Several factors explain this resistance. Shippers took advantage of lulls to build stocks, anticipating duty increases imposed by the Trump administration and freight rate volatility. The structural increase in American customs duties, estimated at 18.5%, pushed many importers to accelerate their orders. China, faced with a slowdown in exports to the United States, redirected its flows. Its exports to the European Union grew by 15%, those to Southeast Asia by 8%. The overall growth of Chinese container shipments reached 5.24% over the first eleven months of the year.
In France, freight traffic in major metropolitan commercial ports grew for the third consecutive quarter in the second quarter of 2025, reaching 71.2 million tonnes.
How maritime alliances have been restructured
February 2025 marked the end of the 2M alliance between Maersk and MSC, giving rise to a new competitive landscape that redefines freight purchasing strategies.

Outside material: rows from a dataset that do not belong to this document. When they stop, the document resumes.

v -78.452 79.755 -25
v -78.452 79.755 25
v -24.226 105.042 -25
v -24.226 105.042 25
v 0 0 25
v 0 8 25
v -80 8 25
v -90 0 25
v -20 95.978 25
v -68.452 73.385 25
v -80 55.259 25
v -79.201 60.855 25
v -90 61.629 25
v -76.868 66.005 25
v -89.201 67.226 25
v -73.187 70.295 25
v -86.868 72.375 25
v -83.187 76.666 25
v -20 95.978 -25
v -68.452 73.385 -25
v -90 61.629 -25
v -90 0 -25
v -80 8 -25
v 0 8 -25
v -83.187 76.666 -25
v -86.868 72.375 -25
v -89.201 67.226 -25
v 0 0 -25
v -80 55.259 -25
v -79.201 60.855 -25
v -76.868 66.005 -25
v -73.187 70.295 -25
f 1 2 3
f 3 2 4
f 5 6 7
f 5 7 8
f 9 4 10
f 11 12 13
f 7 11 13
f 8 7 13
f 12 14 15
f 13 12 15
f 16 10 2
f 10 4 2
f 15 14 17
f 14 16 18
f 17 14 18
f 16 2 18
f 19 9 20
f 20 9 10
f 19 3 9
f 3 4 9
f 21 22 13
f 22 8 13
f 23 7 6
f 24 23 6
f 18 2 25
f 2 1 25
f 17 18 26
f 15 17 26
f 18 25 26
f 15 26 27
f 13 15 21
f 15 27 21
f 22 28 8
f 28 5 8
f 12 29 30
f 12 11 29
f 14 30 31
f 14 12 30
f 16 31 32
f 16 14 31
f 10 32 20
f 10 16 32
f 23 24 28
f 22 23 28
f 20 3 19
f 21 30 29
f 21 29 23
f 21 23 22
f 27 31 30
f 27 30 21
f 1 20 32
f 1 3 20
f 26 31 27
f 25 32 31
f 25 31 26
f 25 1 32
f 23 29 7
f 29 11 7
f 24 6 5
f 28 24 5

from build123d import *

# Parameters (mm, degrees)
SALIENTE_EXTRUIR1_DEPTH = 25
REDONDEO1_R             = 20


with BuildPart() as part:
    # Croquis1 → Saliente-Extruir1 (new, symmetric)
    with BuildSketch(Plane.XY):
        Polygon((0, 8), (0, 0), (-90, 0), (-90, 74.370702608), (-24.226182617, 105.04153736), (-20, 95.978459489), (-80, 68), (-80, 8), align=None)
    extrude(amount=SALIENTE_EXTRUIR1_DEPTH, both=True)

    # Redondeo1
    redondeo1_edges = [part.edges().sort_by_distance(p)[0] for p in [
        (-90, 74.370702608, 0),
        (-80, 68, 0),
    ]]
    fillet(redondeo1_edges, radius=REDONDEO1_R)


solid = part.part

The Gemini Cooperation, which brings together Maersk and Hapag-Lloyd, represents 21.5% market share. Its strategy is based on reliability through dedicated hubs. The stated objective of 90% punctuality was achieved until summer, before stabilizing between 60 and 80%, a level nonetheless higher than the 50 to 55% previously observed in the sector.
The Ocean Alliance (CMA CGM, COSCO, Evergreen) maintains the largest market share at 29.3%. It maintains extensive geographic coverage and direct services, an advantage for shippers who prioritize rotation diversity.
MSC, now operating standalone, holds 21.3% of global capacity. The world's largest shipping company pursues an aggressive cost compression strategy and continues a policy of acquiring port terminals to secure its operations. For freight buyers, the arbitrage now takes place between service reliability (Gemini), geographic coverage (Ocean Alliance) and price competitiveness (MSC).
What are the prospects for freight rates in 2026?
While 2025 held up on the demand side, the question of freight rates for 2026 arises with new acuteness. The tariff evolution will be marked by high initial volatility, followed by a structural downward trend under the effect of two opposing forces: capacity surplus and geopolitical uncertainties around the Suez Canal.
Overcapacity weighs on rates
Maritime Strategies International forecasts global fleet growth of 3.5% in 2026, while demand would grow by only 2%. Continuous deliveries of mega container ships, ordered during the post-Covid boom years, feed a capacity surplus that is becoming entrenched. Several million additional TEUs are still to be integrated into the fleet during the year. This structural overcapacity constitutes the main factor of pressure on containerized freight rates.
The Containerized Freight Index illustrates this trend. It stood at 1,316 points in early February 2026, down 20.50% over the last month and 35.63% over one year. CMA CGM openly anticipates a difficult 2026 for the sector, between overcapacity and falling demand. BIMCO projects a significant decline in freight rates, while the National Retail Federation anticipates a decline in volumes of 8 to 16% in the first quarter of 2026 compared to the previous year. Analysts at Sea-Intelligence confirm this trajectory: the record volumes of 2025 were artificially advanced by front-loading by importers, exposing the market to a backlash in 2026.
For shippers and freight forwarders, this favorable balance of power translates into increased bargaining power in tenders. Annual contract rates should reflect this downward pressure, offering a window of opportunity to renegotiate transport conditions. Carriers nevertheless have a proven lever to limit rate erosion: blank sailings, these targeted route cancellations that allow capacity to be withdrawn from the market. Their proactive management around Chinese New Year helped maintain artificial tension on rates in the first quarter of 2026.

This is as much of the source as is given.